● **EXERCISE OBJECTIVE**:
In the records below, begin at the line containing "f 439 487 485" and end at the line containing "f 518 519 521"; quote every line in that span exactly, including both boundary lines, and no others.
THE INPUT START
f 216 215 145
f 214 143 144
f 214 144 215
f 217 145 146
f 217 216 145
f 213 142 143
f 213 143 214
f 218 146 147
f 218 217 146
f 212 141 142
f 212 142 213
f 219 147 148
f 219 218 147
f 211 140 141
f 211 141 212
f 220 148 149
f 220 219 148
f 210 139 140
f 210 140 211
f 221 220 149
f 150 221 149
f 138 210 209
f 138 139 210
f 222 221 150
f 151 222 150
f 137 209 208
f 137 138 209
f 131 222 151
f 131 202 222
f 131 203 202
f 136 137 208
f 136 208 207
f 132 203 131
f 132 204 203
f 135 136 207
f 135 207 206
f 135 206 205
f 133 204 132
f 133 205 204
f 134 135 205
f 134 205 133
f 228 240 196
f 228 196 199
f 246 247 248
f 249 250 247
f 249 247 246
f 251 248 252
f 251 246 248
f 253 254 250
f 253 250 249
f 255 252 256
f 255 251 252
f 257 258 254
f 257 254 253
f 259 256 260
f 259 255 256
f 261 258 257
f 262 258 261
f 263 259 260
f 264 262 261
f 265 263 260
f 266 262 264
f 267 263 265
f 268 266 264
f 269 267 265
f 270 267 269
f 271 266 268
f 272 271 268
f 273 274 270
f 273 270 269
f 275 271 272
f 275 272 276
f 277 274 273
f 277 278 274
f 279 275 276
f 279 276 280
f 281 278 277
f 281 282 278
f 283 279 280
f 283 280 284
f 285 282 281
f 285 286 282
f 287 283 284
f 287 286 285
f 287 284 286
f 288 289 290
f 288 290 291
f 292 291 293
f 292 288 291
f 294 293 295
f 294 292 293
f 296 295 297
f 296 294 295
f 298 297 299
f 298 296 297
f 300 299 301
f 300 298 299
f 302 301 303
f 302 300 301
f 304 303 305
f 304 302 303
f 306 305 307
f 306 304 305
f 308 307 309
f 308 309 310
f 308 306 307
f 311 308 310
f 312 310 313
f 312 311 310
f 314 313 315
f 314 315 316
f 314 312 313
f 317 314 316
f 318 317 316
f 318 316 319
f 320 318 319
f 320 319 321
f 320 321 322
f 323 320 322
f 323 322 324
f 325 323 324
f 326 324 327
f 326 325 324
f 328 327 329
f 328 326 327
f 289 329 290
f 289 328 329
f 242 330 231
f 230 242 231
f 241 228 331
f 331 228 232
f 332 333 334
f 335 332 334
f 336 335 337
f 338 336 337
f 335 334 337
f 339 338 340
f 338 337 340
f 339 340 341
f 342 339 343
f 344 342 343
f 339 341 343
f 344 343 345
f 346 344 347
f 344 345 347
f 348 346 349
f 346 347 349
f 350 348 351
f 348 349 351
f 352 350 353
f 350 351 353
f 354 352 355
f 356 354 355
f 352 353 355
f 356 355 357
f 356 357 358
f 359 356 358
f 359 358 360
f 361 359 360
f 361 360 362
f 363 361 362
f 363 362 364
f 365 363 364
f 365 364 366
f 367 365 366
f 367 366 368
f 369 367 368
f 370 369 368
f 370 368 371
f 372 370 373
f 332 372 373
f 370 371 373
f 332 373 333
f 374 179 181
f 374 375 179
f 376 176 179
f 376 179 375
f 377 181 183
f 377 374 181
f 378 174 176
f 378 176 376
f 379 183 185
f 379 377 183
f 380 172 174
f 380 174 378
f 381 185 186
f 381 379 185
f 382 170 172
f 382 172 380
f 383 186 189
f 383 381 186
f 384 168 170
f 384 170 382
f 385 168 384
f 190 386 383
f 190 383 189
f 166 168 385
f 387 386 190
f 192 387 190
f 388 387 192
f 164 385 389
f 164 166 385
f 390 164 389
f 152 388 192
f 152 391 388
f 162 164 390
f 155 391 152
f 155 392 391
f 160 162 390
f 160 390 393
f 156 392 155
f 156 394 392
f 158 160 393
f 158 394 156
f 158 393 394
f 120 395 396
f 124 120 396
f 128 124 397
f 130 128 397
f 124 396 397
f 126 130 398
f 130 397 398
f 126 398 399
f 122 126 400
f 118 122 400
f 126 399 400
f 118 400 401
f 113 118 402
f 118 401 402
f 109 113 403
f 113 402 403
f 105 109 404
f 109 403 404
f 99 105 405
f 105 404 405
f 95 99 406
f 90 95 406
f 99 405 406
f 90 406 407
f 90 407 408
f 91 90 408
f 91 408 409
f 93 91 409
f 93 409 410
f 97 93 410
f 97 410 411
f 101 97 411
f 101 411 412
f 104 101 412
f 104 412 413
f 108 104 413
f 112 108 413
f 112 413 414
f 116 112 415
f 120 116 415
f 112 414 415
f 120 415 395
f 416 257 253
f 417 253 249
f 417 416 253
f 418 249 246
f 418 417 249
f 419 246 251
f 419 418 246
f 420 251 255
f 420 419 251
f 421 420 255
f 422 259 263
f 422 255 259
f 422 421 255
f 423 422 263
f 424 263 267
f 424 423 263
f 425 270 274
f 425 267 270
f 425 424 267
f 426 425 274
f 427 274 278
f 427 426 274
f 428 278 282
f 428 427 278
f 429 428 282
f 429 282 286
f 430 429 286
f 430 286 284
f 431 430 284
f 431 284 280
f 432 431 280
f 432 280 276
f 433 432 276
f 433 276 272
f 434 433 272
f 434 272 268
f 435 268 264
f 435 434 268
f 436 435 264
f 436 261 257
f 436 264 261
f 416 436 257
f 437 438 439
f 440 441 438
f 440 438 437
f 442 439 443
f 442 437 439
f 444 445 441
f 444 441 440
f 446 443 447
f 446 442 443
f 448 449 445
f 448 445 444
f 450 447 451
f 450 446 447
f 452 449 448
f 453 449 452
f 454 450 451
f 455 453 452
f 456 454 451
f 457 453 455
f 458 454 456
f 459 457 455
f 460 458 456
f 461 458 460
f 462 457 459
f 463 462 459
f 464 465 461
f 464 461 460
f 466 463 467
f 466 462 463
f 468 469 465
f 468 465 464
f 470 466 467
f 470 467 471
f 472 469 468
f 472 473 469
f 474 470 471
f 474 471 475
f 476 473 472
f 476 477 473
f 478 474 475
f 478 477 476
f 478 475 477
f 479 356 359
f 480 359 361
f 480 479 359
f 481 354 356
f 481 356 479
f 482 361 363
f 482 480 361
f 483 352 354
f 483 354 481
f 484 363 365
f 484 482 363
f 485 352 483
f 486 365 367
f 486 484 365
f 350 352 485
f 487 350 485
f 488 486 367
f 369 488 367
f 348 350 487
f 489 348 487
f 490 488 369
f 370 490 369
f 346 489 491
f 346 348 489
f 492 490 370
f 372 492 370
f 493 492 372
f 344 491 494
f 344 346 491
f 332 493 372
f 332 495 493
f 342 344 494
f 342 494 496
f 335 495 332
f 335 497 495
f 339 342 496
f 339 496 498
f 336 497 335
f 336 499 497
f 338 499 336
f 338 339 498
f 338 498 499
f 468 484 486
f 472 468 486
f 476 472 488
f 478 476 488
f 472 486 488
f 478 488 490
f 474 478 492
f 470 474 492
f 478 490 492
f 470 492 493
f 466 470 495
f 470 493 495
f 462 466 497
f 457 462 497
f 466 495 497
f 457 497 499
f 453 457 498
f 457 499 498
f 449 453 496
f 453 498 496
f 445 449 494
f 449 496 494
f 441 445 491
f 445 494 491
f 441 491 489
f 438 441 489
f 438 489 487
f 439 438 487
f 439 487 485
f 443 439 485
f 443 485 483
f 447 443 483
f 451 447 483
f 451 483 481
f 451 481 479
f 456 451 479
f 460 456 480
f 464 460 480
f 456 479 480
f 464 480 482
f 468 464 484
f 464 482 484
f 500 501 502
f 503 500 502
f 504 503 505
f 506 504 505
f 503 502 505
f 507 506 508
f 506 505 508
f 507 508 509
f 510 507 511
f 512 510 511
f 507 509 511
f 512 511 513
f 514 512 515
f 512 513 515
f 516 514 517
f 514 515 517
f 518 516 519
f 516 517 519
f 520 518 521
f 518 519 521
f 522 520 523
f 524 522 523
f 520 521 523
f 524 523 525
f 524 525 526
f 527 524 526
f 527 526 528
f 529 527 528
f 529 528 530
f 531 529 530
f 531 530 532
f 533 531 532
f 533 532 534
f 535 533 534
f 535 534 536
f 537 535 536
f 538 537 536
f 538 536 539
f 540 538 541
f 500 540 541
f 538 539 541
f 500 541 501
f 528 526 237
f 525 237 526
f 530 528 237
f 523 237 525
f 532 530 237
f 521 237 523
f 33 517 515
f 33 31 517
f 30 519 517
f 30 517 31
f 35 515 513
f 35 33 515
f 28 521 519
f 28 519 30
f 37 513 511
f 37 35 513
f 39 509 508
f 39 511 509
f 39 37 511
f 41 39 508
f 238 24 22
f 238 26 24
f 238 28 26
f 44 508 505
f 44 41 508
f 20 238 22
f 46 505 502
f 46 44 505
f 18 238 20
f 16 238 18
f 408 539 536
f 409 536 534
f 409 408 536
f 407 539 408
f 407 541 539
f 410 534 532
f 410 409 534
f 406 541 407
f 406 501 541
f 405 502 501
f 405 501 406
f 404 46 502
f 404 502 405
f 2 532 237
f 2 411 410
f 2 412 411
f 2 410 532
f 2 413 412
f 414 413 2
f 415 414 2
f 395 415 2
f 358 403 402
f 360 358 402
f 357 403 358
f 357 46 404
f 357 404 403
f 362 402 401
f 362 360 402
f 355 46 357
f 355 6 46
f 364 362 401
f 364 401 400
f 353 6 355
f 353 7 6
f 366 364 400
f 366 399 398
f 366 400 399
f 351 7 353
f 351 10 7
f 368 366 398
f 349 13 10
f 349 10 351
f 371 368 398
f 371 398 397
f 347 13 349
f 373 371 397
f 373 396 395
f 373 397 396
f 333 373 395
THE INPUT END
● **YOUR RESPONSE**:
f 439 487 485
f 443 439 485
f 443 485 483
f 447 443 483
f 451 447 483
f 451 483 481
f 451 481 479
f 456 451 479
f 460 456 480
f 464 460 480
f 456 479 480
f 464 480 482
f 468 464 484
f 464 482 484
f 500 501 502
f 503 500 502
f 504 503 505
f 506 504 505
f 503 502 505
f 507 506 508
f 506 505 508
f 507 508 509
f 510 507 511
f 512 510 511
f 507 509 511
f 512 511 513
f 514 512 515
f 512 513 515
f 516 514 517
f 514 515 517
f 518 516 519
f 516 517 519
f 520 518 521
f 518 519 521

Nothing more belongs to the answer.